* _Source data_:
------------------------
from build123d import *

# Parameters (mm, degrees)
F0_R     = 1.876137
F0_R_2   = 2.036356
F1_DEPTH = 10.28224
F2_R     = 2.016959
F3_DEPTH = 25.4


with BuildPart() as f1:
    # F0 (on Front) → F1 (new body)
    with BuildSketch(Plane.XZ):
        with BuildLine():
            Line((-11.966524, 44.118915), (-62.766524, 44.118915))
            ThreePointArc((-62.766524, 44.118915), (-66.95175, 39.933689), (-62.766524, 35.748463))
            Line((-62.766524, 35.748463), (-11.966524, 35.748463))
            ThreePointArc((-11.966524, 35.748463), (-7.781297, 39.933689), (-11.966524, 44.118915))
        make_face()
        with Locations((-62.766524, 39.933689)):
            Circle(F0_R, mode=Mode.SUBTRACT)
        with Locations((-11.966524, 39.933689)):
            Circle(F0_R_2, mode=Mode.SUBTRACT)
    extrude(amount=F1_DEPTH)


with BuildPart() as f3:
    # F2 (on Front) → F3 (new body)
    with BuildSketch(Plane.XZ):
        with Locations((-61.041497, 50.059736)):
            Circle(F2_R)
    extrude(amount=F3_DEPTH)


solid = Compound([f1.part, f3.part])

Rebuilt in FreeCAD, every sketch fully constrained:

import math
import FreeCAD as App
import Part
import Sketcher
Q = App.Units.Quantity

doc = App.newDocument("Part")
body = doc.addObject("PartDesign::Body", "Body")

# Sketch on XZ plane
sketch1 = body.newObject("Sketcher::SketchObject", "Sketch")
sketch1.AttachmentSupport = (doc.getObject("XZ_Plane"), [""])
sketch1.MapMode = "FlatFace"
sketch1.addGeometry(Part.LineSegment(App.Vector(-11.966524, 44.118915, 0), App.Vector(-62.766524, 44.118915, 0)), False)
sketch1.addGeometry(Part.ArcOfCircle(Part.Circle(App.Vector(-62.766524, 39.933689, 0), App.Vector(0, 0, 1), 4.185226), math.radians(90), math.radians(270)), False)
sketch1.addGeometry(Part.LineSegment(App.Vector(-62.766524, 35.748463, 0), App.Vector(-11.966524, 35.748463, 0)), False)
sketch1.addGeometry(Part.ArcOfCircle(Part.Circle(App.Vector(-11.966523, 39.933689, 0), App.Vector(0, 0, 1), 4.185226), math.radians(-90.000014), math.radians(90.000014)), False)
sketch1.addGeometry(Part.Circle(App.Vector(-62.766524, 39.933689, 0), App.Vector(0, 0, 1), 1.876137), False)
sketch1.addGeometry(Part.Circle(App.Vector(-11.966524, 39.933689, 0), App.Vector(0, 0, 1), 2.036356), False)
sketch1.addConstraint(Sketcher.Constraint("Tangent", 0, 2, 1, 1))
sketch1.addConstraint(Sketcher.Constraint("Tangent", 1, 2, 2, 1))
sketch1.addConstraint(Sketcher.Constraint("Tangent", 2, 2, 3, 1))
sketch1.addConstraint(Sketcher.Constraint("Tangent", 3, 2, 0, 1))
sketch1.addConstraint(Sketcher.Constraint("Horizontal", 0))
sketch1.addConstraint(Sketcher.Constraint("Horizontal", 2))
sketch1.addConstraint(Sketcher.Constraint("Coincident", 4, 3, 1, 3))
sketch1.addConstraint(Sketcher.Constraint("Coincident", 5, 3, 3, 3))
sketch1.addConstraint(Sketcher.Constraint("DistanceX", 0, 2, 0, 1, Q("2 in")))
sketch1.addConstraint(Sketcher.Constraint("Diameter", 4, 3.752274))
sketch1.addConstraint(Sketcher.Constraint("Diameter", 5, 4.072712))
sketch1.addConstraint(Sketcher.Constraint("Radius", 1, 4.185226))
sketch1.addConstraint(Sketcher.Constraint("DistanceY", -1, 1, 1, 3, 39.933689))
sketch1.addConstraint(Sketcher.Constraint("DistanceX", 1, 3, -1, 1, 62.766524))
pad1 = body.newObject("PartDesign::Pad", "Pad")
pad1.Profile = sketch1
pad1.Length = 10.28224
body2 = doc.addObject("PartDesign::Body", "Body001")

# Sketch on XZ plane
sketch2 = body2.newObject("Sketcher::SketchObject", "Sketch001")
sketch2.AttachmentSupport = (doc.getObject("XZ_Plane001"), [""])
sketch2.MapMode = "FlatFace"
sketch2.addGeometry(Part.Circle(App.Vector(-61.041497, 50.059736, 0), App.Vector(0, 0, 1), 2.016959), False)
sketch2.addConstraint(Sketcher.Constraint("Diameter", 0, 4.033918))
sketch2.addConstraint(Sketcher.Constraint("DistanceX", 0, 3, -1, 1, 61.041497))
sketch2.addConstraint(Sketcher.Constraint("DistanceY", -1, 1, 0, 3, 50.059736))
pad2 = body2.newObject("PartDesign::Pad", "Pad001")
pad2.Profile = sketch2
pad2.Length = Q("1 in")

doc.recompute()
------------------------
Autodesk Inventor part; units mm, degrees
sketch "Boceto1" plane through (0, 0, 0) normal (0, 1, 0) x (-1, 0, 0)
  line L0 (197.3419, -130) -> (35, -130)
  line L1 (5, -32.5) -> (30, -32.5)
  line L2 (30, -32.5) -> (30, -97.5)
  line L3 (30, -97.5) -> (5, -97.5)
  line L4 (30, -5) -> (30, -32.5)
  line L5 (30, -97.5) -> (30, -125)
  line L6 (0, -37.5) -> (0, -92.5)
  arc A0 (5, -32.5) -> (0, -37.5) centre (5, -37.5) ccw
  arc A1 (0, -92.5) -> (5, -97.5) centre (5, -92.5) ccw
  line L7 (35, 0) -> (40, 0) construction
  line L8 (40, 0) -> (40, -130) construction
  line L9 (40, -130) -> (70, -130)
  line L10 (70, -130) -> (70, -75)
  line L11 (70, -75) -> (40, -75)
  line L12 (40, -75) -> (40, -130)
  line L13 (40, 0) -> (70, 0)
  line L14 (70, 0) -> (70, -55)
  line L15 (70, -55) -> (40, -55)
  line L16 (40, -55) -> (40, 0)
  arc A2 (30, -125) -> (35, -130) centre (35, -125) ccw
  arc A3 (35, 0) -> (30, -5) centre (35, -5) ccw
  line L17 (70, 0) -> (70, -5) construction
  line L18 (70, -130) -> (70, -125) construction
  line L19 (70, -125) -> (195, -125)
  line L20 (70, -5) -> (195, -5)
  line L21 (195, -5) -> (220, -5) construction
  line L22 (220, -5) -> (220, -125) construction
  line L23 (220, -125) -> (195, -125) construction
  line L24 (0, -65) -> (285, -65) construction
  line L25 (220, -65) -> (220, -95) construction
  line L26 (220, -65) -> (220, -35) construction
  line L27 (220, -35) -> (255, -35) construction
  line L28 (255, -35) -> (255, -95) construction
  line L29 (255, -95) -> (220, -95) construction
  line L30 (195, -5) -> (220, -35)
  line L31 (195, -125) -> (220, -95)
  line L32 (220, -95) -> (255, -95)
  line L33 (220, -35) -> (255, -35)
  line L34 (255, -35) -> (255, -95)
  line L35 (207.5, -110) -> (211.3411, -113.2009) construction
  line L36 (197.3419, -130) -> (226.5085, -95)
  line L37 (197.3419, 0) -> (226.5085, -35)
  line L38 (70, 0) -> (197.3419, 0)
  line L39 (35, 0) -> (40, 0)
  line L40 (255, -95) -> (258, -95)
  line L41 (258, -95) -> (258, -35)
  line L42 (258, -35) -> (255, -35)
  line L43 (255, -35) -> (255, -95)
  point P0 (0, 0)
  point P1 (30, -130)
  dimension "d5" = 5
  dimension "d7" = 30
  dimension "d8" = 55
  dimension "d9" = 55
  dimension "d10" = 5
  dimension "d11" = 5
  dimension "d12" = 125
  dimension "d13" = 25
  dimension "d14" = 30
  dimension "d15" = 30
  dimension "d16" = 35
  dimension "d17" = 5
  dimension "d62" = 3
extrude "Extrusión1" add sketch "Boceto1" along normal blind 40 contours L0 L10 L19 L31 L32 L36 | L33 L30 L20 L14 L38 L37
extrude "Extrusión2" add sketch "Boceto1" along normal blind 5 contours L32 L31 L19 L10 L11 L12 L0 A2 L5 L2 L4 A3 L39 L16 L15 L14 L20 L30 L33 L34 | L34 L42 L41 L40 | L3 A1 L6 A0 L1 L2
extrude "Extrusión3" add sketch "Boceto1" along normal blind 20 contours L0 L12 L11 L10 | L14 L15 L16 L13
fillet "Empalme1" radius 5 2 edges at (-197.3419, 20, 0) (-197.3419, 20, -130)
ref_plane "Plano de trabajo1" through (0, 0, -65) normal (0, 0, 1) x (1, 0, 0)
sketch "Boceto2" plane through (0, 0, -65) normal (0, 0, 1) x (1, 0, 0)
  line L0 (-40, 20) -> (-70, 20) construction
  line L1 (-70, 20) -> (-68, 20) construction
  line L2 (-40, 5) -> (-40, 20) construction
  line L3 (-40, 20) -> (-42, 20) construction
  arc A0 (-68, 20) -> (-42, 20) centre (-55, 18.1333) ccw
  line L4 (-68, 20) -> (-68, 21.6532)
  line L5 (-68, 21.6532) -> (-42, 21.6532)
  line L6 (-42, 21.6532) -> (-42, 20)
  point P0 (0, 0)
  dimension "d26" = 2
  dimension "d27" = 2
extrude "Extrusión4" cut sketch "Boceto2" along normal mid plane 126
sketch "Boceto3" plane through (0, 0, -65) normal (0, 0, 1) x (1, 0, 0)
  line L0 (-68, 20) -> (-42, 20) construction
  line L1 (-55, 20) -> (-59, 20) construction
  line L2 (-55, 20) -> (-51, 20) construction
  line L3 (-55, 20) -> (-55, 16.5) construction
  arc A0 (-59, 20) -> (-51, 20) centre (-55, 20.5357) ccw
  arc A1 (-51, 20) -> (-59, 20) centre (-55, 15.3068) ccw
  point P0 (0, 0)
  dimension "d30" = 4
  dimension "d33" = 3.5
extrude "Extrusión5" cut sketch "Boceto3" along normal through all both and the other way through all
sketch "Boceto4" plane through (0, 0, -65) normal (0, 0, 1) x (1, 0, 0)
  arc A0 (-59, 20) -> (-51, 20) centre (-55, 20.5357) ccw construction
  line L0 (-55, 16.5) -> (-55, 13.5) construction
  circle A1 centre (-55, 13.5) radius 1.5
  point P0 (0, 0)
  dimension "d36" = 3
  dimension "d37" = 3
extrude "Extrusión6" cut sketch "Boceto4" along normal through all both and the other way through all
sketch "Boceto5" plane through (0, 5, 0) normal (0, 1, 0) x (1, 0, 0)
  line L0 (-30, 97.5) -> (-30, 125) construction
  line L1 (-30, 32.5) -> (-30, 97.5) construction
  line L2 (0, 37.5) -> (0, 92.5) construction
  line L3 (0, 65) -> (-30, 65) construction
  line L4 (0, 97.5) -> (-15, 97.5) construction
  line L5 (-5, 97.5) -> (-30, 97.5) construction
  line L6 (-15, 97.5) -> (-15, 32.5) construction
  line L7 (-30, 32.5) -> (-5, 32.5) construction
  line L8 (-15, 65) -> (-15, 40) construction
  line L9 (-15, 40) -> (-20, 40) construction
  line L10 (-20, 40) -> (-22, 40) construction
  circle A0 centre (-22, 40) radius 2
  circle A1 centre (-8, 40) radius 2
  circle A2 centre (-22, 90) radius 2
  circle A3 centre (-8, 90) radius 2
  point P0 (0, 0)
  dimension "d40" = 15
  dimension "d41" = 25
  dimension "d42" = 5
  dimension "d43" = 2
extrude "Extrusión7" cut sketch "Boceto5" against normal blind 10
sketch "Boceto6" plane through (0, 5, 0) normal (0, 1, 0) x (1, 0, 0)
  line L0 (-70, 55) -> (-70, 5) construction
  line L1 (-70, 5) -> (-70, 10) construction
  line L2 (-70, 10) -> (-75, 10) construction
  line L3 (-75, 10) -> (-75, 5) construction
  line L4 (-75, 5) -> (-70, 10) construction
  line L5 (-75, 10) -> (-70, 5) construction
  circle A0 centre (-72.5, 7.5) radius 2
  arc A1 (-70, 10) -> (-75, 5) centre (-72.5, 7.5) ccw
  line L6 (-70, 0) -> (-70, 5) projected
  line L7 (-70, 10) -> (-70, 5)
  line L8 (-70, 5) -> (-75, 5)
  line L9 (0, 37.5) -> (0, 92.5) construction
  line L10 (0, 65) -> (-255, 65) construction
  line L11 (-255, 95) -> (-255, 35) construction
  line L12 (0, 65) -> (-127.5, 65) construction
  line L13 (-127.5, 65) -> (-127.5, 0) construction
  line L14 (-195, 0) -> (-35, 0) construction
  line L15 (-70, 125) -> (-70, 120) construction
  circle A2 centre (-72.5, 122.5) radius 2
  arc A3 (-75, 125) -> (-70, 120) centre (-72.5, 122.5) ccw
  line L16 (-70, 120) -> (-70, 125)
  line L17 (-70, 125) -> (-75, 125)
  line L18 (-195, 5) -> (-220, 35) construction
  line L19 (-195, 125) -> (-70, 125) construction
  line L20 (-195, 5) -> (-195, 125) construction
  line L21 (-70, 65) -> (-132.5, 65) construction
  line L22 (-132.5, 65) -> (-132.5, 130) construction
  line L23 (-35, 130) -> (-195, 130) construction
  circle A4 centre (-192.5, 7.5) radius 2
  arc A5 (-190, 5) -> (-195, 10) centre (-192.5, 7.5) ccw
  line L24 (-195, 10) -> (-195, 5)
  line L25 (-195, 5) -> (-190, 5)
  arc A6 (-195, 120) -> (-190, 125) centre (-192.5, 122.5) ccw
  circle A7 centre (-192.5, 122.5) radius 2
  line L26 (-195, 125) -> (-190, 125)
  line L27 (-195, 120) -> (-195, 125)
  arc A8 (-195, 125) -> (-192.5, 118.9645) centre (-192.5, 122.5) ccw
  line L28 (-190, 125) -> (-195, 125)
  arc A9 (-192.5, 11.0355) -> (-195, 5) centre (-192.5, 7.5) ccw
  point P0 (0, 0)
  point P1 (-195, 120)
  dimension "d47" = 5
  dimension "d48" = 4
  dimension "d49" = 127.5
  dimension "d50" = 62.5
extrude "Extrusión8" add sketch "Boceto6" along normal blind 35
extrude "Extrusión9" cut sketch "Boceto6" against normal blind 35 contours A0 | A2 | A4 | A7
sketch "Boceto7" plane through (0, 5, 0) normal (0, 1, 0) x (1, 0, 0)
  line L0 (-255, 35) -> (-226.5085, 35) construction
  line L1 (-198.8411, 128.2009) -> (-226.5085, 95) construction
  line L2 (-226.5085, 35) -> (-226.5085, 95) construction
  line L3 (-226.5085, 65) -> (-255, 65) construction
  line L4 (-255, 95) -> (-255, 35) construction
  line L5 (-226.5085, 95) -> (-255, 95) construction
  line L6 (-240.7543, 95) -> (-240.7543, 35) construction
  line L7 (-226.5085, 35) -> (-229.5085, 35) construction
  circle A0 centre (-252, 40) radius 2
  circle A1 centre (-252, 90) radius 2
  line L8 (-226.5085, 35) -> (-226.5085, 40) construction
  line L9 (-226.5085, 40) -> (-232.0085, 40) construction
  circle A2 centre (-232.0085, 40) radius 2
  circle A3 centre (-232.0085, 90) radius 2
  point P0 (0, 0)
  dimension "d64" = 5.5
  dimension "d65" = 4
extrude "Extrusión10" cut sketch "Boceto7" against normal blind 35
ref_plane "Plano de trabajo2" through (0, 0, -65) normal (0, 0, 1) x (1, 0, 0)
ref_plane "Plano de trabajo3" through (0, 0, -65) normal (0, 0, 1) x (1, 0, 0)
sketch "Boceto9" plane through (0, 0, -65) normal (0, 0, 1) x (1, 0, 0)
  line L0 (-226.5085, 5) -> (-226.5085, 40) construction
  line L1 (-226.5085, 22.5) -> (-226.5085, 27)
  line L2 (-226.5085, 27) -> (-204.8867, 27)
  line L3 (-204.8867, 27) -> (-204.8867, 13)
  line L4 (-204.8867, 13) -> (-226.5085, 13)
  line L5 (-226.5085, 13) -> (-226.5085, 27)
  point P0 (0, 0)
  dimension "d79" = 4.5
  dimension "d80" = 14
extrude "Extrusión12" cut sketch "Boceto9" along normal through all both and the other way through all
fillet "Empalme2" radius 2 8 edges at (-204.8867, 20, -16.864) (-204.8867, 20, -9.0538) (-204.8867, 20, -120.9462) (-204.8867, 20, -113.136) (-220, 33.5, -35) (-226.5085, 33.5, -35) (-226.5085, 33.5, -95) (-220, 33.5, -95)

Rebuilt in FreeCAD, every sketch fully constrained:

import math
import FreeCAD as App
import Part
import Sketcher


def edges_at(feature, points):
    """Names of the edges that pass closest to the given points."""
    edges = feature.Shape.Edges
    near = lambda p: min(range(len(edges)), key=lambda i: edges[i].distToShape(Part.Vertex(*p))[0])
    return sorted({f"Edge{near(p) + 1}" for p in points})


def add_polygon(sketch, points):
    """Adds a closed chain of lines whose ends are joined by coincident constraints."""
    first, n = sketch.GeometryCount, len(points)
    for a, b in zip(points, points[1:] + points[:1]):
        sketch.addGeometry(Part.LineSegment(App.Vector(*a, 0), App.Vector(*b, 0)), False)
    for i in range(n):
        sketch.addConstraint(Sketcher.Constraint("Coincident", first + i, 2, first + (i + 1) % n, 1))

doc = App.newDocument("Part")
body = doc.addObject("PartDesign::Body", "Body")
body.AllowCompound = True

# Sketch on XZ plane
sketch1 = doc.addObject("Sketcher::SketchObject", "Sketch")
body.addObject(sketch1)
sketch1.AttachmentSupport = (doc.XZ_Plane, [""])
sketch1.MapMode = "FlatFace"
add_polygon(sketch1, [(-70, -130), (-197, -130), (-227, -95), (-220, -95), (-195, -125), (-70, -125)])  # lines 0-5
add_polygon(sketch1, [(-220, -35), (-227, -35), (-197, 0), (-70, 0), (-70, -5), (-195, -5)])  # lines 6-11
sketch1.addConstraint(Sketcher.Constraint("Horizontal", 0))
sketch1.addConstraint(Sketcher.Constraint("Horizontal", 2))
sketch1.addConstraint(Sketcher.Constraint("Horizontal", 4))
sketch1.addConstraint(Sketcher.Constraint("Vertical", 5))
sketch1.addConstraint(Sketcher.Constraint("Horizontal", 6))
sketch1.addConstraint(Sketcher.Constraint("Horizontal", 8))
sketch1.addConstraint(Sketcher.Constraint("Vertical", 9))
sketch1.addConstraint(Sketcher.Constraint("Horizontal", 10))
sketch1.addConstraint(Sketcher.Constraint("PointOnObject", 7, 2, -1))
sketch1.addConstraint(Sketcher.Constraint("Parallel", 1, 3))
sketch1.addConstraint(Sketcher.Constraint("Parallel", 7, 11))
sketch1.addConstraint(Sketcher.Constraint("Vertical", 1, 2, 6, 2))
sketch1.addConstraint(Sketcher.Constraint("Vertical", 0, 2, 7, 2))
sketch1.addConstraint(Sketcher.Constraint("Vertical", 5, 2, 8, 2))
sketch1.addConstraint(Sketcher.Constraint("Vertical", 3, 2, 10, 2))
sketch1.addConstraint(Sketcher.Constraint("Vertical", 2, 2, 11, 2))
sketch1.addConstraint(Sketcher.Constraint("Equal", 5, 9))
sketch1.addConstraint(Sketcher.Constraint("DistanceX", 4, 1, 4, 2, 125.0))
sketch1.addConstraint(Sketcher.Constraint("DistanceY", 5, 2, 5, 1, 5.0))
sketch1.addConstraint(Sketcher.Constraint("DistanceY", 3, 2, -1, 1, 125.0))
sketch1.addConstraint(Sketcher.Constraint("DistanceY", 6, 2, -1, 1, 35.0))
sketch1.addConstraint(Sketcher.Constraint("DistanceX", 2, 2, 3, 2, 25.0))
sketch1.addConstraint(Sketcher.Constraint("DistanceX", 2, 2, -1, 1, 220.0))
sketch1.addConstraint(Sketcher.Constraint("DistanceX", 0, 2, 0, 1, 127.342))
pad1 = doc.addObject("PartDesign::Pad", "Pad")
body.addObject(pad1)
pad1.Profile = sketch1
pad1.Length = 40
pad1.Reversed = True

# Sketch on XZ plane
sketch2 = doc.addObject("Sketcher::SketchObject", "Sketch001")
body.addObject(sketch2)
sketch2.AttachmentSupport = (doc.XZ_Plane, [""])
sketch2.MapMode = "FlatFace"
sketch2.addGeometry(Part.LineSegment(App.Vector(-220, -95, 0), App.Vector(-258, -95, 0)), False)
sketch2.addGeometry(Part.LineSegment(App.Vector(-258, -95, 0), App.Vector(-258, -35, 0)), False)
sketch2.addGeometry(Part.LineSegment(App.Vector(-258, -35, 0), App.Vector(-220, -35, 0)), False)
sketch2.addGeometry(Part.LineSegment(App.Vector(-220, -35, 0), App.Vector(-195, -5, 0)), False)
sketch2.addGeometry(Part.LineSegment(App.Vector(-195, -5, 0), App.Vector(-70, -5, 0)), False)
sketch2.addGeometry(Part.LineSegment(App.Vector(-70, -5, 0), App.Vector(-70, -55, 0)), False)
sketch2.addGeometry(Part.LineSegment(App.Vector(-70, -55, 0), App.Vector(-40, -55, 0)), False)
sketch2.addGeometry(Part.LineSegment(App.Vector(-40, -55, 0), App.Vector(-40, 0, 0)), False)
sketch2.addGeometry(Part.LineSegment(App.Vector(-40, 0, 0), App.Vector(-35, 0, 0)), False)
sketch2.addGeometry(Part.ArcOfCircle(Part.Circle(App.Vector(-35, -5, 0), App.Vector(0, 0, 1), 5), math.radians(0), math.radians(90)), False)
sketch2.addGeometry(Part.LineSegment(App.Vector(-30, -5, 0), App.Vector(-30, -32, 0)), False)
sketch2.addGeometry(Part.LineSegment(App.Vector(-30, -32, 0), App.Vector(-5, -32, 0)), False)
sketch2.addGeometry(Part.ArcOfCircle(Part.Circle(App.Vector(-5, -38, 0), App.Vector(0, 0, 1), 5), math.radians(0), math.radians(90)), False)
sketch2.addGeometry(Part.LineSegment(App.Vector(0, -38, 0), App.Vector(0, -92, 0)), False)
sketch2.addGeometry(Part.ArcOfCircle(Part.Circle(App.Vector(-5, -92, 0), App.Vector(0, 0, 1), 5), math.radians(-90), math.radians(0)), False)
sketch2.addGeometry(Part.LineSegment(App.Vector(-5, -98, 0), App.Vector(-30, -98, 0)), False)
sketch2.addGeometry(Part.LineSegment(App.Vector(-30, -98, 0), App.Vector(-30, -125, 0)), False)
------------------------
Count lines, not occurrences. State how many lines of the entries contain the word "ThreePointArc", and add nothing.

* _Answer section_:
2